Top of ENTRIES SUPPLIED

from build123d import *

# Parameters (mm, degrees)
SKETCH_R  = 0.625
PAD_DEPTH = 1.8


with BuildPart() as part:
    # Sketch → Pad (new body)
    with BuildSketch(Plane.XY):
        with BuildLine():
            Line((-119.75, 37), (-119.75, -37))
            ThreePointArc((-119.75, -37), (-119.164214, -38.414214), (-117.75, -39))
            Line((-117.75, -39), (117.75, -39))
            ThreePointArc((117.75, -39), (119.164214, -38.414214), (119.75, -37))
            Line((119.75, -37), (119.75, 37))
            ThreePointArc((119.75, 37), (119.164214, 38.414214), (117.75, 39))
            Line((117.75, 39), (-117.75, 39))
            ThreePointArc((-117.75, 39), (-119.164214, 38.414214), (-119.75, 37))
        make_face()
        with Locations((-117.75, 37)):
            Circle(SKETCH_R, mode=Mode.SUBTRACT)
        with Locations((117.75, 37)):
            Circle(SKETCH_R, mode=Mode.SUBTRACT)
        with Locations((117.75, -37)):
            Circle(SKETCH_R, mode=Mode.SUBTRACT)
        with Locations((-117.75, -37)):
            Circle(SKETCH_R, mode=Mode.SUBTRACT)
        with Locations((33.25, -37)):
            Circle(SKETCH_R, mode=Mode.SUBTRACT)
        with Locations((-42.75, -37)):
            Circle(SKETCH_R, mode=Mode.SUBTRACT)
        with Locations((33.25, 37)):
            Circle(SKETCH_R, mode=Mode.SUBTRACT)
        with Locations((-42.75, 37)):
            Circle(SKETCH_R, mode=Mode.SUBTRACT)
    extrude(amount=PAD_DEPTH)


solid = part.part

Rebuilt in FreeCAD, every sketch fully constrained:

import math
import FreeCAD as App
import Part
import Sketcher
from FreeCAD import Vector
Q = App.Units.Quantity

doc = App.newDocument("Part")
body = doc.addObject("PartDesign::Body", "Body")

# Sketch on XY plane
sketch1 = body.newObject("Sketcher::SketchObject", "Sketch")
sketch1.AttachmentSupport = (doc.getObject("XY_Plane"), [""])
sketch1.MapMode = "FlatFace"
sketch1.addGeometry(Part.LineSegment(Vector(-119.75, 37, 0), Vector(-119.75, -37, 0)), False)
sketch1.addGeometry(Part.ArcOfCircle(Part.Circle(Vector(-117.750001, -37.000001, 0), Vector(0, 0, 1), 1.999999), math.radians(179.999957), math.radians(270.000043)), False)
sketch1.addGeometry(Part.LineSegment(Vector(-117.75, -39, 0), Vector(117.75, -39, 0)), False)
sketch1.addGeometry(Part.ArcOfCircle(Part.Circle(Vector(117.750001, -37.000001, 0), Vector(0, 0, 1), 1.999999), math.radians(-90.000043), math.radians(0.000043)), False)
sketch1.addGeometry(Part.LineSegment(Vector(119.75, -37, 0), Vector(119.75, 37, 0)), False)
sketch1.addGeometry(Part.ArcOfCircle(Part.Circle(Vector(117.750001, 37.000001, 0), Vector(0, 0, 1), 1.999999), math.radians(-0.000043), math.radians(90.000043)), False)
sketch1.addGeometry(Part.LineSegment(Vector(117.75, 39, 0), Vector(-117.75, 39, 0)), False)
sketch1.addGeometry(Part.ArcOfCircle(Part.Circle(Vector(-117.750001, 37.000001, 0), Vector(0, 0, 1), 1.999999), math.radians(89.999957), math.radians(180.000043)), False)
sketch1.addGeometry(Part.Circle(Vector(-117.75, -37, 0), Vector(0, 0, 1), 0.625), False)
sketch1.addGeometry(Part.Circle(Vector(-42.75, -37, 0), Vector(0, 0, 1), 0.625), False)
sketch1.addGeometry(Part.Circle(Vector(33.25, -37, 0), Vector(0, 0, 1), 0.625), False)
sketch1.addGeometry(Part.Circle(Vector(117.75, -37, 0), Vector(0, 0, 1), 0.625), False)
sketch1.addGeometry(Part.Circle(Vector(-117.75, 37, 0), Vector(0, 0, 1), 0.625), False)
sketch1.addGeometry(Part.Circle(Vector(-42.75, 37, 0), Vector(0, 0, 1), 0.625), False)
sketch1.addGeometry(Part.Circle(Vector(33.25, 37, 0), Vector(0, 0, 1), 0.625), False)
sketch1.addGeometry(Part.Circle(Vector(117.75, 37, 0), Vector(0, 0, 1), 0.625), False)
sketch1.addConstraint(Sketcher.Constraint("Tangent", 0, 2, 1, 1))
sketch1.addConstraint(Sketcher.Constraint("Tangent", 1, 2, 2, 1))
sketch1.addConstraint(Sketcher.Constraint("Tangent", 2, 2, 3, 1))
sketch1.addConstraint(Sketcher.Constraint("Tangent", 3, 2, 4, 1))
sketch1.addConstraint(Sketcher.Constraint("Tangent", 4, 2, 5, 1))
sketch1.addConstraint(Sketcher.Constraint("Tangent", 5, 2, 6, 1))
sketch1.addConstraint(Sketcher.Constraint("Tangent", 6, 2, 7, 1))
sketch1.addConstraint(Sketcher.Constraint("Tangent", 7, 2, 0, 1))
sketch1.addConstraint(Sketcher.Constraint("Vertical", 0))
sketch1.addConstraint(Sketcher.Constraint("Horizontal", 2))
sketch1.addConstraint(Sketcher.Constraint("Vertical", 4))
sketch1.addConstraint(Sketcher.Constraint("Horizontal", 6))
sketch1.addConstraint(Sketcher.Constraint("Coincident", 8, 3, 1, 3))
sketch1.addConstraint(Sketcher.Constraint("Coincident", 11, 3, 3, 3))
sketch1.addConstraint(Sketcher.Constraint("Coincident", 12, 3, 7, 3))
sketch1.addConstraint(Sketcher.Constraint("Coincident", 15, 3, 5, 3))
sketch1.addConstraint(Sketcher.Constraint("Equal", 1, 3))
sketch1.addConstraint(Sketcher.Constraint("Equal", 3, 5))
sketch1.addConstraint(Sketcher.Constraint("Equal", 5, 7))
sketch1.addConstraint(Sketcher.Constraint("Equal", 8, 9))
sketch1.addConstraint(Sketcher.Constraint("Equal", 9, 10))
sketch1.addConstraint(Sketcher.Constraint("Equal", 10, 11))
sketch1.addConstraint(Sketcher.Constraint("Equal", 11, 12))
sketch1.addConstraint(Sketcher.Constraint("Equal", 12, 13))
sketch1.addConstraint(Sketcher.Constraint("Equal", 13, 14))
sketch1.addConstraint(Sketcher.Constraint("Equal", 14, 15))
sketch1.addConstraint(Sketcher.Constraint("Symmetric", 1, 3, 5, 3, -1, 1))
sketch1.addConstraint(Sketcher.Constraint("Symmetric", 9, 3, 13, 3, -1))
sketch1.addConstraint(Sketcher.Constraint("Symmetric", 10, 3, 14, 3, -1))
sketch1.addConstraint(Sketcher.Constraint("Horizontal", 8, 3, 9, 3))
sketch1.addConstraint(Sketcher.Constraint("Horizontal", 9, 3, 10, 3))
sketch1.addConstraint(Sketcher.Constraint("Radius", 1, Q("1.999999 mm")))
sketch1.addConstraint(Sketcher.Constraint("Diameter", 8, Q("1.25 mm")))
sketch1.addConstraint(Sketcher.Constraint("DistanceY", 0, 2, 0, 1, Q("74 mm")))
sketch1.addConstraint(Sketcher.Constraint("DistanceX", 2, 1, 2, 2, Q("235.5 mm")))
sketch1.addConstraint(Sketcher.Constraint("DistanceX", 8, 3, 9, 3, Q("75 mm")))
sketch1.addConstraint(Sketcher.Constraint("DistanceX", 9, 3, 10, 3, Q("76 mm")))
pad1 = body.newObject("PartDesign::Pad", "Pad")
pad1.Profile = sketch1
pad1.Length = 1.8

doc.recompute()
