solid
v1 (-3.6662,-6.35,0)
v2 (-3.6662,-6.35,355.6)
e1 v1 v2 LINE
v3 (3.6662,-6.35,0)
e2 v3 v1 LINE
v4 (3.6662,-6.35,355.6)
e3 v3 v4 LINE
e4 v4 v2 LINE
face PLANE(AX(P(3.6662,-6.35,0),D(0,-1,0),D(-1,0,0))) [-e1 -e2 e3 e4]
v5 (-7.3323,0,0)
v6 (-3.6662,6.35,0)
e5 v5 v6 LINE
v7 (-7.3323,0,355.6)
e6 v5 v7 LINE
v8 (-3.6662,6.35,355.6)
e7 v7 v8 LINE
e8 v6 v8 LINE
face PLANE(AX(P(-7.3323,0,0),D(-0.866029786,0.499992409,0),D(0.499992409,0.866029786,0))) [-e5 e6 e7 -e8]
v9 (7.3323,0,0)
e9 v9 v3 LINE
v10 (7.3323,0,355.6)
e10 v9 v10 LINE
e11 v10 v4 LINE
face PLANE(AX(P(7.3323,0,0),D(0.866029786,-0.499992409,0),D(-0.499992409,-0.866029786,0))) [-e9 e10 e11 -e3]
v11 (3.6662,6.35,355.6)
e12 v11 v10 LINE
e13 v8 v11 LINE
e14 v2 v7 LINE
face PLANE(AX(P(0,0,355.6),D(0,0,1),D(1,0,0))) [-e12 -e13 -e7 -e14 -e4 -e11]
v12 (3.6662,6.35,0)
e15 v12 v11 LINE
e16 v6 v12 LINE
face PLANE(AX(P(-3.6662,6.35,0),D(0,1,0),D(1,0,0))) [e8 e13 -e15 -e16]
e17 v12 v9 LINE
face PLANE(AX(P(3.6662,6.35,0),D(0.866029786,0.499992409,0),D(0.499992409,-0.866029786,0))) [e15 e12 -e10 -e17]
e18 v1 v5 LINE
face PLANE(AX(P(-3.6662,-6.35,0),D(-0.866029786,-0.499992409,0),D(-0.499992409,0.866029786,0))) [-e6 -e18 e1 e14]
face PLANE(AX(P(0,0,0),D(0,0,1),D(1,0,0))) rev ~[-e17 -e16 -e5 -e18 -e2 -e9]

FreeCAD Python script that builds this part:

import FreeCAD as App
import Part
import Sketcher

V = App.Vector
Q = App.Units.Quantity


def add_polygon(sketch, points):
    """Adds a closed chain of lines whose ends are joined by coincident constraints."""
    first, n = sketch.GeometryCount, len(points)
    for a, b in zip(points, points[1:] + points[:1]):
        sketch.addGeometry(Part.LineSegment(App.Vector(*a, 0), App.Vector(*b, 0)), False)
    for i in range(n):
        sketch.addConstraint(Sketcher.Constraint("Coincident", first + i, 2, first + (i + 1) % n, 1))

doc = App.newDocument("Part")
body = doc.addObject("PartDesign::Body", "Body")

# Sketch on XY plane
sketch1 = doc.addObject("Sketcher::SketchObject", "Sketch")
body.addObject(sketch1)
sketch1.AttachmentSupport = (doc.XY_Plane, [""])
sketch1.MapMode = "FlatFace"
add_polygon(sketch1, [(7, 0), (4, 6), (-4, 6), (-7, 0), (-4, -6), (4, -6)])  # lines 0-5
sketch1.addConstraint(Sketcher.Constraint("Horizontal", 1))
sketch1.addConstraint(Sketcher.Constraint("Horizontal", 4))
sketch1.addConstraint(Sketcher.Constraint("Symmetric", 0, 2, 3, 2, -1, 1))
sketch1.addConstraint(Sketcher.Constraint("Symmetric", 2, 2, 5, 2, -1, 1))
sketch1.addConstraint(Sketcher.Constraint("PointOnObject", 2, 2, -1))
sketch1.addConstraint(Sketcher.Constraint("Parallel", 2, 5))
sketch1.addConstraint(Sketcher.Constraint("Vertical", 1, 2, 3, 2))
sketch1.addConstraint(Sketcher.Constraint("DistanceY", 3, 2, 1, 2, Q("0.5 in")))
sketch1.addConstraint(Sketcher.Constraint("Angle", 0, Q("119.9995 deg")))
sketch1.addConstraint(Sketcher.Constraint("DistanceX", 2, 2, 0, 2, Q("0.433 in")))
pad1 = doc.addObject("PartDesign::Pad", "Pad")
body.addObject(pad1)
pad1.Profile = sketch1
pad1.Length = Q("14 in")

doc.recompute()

Bottom of ENTRIES SUPPLIED

» **DESCRIPTION OF THE TASK**: Reply with the lines from the first line of the entries through the line that contains "Rebuilt in FreeCAD, every", repeated exactly with both ends kept, and with nothing else.

» **RESPONSE BELOW**:
from build123d import *

# Parameters (mm, degrees)
SKETCH_R  = 0.625
PAD_DEPTH = 1.8


with BuildPart() as part:
    # Sketch → Pad (new body)
    with BuildSketch(Plane.XY):
        with BuildLine():
            Line((-119.75, 37), (-119.75, -37))
            ThreePointArc((-119.75, -37), (-119.164214, -38.414214), (-117.75, -39))
            Line((-117.75, -39), (117.75, -39))
            ThreePointArc((117.75, -39), (119.164214, -38.414214), (119.75, -37))
            Line((119.75, -37), (119.75, 37))
            ThreePointArc((119.75, 37), (119.164214, 38.414214), (117.75, 39))
            Line((117.75, 39), (-117.75, 39))
            ThreePointArc((-117.75, 39), (-119.164214, 38.414214), (-119.75, 37))
        make_face()
        with Locations((-117.75, 37)):
            Circle(SKETCH_R, mode=Mode.SUBTRACT)
        with Locations((117.75, 37)):
            Circle(SKETCH_R, mode=Mode.SUBTRACT)
        with Locations((117.75, -37)):
            Circle(SKETCH_R, mode=Mode.SUBTRACT)
        with Locations((-117.75, -37)):
            Circle(SKETCH_R, mode=Mode.SUBTRACT)
        with Locations((33.25, -37)):
            Circle(SKETCH_R, mode=Mode.SUBTRACT)
        with Locations((-42.75, -37)):
            Circle(SKETCH_R, mode=Mode.SUBTRACT)
        with Locations((33.25, 37)):
            Circle(SKETCH_R, mode=Mode.SUBTRACT)
        with Locations((-42.75, 37)):
            Circle(SKETCH_R, mode=Mode.SUBTRACT)
    extrude(amount=PAD_DEPTH)


solid = part.part

Rebuilt in FreeCAD, every sketch fully constrained:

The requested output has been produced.